Wednesday, August 13th, 2008

I wanted to write about Lachenmann, but none of the articles I’ve been reading are available freely on the internet. That huge bummer led me to search for open-access, peer-reviewed music writing on the web. I found some neat stuff.

Visual-audio synesthesia

Tuesday, August 12th, 2008

Long week; didn’t get a chance to post anything. As penance, I’m going to write something every day until the sloth is washed away.

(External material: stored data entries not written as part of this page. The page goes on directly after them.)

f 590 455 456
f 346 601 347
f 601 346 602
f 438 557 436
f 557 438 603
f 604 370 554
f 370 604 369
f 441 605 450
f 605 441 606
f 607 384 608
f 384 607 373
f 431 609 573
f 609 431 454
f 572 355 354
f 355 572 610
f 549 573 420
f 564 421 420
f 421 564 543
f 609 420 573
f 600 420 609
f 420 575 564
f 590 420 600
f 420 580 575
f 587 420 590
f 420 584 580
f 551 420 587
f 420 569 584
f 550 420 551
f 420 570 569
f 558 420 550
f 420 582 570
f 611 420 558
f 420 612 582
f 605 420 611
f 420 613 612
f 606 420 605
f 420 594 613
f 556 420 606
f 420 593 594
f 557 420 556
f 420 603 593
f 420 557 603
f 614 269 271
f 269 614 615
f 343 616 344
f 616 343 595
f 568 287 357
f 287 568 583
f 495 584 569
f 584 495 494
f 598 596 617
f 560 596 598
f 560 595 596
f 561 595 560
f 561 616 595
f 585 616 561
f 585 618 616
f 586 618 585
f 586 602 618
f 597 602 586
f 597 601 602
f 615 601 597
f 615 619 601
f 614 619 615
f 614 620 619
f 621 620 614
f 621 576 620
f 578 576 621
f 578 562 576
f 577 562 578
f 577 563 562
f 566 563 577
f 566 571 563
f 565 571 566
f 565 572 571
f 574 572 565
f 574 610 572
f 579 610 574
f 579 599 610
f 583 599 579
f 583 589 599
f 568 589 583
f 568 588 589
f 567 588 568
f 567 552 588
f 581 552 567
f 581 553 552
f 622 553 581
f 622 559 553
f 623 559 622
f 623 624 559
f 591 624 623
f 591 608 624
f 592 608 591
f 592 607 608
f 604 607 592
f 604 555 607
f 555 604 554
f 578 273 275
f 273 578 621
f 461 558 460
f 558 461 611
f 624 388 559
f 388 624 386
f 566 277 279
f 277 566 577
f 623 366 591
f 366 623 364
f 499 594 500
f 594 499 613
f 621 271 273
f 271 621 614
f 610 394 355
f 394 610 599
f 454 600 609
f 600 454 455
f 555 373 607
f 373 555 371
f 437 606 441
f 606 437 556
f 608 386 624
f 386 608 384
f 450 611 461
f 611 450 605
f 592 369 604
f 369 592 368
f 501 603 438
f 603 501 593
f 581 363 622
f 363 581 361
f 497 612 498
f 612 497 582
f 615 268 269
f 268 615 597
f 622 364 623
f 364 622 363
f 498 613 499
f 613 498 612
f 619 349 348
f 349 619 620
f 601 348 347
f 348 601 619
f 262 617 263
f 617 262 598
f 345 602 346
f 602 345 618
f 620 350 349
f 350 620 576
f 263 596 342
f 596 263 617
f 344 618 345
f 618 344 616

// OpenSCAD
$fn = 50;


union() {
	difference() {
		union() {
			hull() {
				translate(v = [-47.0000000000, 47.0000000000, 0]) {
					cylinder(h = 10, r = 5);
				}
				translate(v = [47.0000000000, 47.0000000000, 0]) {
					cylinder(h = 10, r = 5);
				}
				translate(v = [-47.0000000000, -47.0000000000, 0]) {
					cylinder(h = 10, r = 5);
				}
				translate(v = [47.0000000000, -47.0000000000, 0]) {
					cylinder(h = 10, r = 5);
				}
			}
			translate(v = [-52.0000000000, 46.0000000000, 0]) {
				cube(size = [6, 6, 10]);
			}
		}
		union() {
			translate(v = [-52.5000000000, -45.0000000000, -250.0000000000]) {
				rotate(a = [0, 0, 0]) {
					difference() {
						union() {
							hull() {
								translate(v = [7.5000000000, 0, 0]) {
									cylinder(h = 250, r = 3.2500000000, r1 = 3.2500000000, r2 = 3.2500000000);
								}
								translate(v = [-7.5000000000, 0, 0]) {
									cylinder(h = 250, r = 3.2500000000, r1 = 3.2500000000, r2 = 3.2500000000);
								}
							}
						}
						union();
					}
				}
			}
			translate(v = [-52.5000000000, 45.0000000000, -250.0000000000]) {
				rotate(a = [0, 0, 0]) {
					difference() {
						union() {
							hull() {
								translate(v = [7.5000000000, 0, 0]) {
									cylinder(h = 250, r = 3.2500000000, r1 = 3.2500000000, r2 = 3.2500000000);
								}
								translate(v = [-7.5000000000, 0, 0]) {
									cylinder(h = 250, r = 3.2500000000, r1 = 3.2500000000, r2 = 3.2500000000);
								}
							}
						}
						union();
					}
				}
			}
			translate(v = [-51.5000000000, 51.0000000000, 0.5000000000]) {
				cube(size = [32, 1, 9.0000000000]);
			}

Melissa Saenz and Christof Koch at Caltech offer up the first lab-tested reports of visual-audio synesthesia. They’ve found four people who hear sound when they see motion or flashes of light. The sounds they hear are “simple” (I’m not sure what that means) beeps, taps, and whirrs. No sound is perceived due to eye movement, so it really does seem to be triggered by the perception of stuff-tagged-as-motion, and not something lower-level, right off the retina.

To validate the claims of synesthesia, pairs of short rhythms were played to subjects, either as visual flashes or auditory beeps. Subjects reported whether they thought the rhythms in each pair were the same or different. Typically people are quite good at identifying auditory rhythms and bad with visual ones. As expected, everybody did well on the auditory task, but only the synesthetes could accurately compare the visual rhythms, presumably because they could hear them. Interestingly, over the course of the experiment, the synesthetes reported that the synesthetic sounds they heard along with the visuals changed to match the real sounds played during the auditory tests.

A neat direction to go with this would be to play various visual stimuli for the synesthetes and collect phenomenological descriptions of the sounds heard, with the aim of mapping the visual-audio mapping. Are the sounds similar in dynamic profile to the visuals which trigger them? What causes the sounds to change even as the visuals stay the same, as they did during the experiment? What are the intersubjective differences in the synesthetic sounds?